Beyond the primary regression loss, the authors introduce: (1) Consistency Learning to align the two paths; (2) Token-Level Metric Regularization to prevent fusion token collapse by maximizing the distance between non-diagonal elements of the token similarity matrix; (3) LoRA fine-tuning for the LLM backbone to avoid full-parameter training.

Key Experimental Results

Main Results (FS1000, 7-class, Spearman ↑ / MSE ↓, T-Miss indicates incomplete training data)
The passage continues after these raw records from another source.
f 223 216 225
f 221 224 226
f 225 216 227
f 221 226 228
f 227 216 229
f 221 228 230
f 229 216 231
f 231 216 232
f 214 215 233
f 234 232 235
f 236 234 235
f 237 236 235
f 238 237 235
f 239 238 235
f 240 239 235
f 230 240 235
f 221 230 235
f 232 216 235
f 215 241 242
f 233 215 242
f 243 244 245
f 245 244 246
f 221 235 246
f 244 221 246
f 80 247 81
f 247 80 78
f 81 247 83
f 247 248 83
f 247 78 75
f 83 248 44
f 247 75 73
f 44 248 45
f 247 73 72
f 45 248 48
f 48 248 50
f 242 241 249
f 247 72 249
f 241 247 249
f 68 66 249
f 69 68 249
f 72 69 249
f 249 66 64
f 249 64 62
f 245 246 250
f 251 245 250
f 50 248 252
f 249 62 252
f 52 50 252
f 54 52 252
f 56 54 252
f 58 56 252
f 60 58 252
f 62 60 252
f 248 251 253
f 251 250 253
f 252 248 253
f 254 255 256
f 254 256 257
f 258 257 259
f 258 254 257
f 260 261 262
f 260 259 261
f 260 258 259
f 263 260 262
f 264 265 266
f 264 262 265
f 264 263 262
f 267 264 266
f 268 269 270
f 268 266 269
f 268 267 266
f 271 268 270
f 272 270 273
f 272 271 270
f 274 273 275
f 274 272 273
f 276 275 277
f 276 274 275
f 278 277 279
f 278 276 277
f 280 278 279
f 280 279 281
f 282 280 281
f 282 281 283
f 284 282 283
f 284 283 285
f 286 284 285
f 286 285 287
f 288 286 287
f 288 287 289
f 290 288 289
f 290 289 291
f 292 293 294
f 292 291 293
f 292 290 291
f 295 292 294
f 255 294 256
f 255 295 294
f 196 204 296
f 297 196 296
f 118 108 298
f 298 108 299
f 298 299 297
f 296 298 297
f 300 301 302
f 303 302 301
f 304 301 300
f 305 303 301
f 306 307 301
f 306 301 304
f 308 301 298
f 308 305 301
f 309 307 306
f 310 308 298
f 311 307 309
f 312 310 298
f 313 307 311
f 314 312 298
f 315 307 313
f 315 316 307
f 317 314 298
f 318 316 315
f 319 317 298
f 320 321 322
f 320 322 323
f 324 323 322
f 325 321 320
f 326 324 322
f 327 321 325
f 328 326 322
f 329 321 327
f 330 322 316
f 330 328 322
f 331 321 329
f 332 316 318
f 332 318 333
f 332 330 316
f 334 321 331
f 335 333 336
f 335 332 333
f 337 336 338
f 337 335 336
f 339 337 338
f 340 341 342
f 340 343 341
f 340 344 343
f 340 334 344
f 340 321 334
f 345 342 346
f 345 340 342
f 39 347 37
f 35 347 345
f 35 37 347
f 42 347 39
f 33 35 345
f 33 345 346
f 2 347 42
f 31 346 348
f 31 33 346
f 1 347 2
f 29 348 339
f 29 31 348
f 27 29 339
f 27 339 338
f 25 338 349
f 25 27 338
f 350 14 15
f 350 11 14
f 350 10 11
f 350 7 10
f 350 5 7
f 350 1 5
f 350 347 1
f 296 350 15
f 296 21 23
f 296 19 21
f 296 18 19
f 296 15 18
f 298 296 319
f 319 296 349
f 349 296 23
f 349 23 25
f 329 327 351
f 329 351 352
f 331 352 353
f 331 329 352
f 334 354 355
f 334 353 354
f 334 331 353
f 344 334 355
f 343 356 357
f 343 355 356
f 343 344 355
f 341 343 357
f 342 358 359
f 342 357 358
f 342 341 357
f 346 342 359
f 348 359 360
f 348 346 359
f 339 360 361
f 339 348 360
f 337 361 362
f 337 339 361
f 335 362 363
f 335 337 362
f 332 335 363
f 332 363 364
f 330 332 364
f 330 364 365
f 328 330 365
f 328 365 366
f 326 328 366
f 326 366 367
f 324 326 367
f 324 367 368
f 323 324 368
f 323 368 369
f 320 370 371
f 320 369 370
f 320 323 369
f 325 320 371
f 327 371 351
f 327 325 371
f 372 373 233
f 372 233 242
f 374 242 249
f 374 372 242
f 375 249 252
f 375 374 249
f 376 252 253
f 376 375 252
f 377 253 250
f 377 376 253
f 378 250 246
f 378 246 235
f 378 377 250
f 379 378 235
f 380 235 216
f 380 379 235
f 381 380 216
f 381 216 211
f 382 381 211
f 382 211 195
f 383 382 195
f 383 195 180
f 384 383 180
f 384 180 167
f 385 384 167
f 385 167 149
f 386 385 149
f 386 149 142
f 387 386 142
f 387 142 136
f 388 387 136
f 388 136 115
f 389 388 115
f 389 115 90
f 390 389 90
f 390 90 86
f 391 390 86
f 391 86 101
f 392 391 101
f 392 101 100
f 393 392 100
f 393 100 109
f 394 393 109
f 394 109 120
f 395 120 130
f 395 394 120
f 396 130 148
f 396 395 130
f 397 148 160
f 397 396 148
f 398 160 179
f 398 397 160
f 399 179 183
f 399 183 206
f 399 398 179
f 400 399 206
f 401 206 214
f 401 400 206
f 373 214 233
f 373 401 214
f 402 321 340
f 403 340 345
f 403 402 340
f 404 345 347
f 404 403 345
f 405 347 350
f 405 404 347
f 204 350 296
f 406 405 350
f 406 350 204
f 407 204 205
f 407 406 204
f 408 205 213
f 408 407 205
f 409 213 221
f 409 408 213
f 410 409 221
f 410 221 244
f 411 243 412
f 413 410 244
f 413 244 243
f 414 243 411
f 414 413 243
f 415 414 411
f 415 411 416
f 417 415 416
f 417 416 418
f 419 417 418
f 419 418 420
Method T-Miss {v,f} {v,a} {v} {a} Average {v,f,a}
ActionMAE 0.775/24.66 0.766/64.13 0.761/50.64 0.458/41.66 0.651/38.18 0.809/17.96
MoMKE 0.798/18.86 0.805/23.88 0.785/37.96 0.499/27.53 0.668/26.08 0.819/16.85
MCMoE 0.845/12.66 0.882/11.85 0.845/13.64 0.615/16.72 0.782/15.37 0.881/11.53
Ours 0.854/12.51 0.891/10.54 0.853/12.50 0.687/15.51 0.789/14.08 0.891/10.44
Δ vs SOTA {v,f} {v,a} {v} {a} Average {v,f,a}
ΔSpearman ↑1.1% ↑1.0% ↑0.9% ↑11.7% ↑0.9% ↑1.1%
ΔMSE ↓1.2% ↓11.1% ↓8.4% ↓7.2% ↓8.4% ↓9.5%

Note: Ours is the only model trained under T-Miss ✓, yet it outperforms all methods trained with complete data (T-Miss ✗) across nearly all composite modalities.

Key Findings

  • Training with incomplete data outperforms complete-data rivals: In extreme cases (e.g., audio only), the method shows an 11.7% Spearman gain over SOTA, suggesting LLM world knowledge provides a qualitative advantage in imputing missing semantics.
  • Complementarity of Path 1 & 2: Removing either path degrades performance; MDA's mask-adaptive fusion is critical for anti-hallucination.
  • Optimal Fusion Toekns \(K\): \(K=3\) aligns best with the difficulty/execution/artistry structure of AQA.
  • Audio Modality Difficulty: All methods perform worst on {a}-only settings due to lower correlation with action quality, but LIMSSR shows the highest relative gain, highlighting LLM inference power.

Highlights & Insights

  • Task Reformulation: Reframing IML from "reconstruction/distillation" to "conditional sequence reasoning" transforms a supervised-limited problem into a next-token inference problem.
  • Elegant Token Design: Boundary tokens + missing placeholders + fusion slots treat the LLM as a programmable "semantic calculator" without architectural changes.
  • Uncertainty Calibration: Encoding confidence through mask-aware paths and learnable \(\gamma_m\) provides a robust engineering solution to hallucination.
  • Contextual Superiority: The finding that LLM priors can outperform paired supervision suggests a paradigm shift: world knowledge may be more valuable than domain-specific paired data in incomplete scenarios.

Limitations & Future Work

  • Task Specificity: Validated primarily on AQA; generalizability to medical diagnosis or emotion recognition requires further study.
  • Computational Cost: LLM inference is expensive, potentially limiting real-time application in live scoring.
  • Hallucination Quantification: Lacks formal metrics for hallucination, managing it only indirectly through MDA.
  • Scale and Modality Expansion: Future work should explore larger models and broader modality types (e.g., depth maps, IMU signals).
  • Comparison with ActionMAE/IMDer: LIMSSR breaks the dependency on complete training pairs.
  • Comparison with MoMKE/MCMoE: Instead of using complete modalities as teachers, LIMSSR replaces them with LLM world knowledge.
  • Comparison with MissRAG/TAMML: Unlike MissRAG (requiring retrieval pools) or TAMML (textualizing all modalities), LIMSSR reasons directly in the embedding space, preserving fine-grained information.

Rating

  • Novelty: ⭐⭐⭐⭐⭐ (Formulating a new "incomplete training" setting via sequence reasoning).
  • Experimental Thoroughness: ⭐⭐⭐⭐ (Extensive benchmarks and combinations, though focused on AQA).
  • Writing Quality: ⭐⭐⭐⭐ (Clear paradigm comparisons and semantic explanations).
  • Value: ⭐⭐⭐⭐ (Establishes a new paradigm for IML and a non-linguistic use case for LLMs).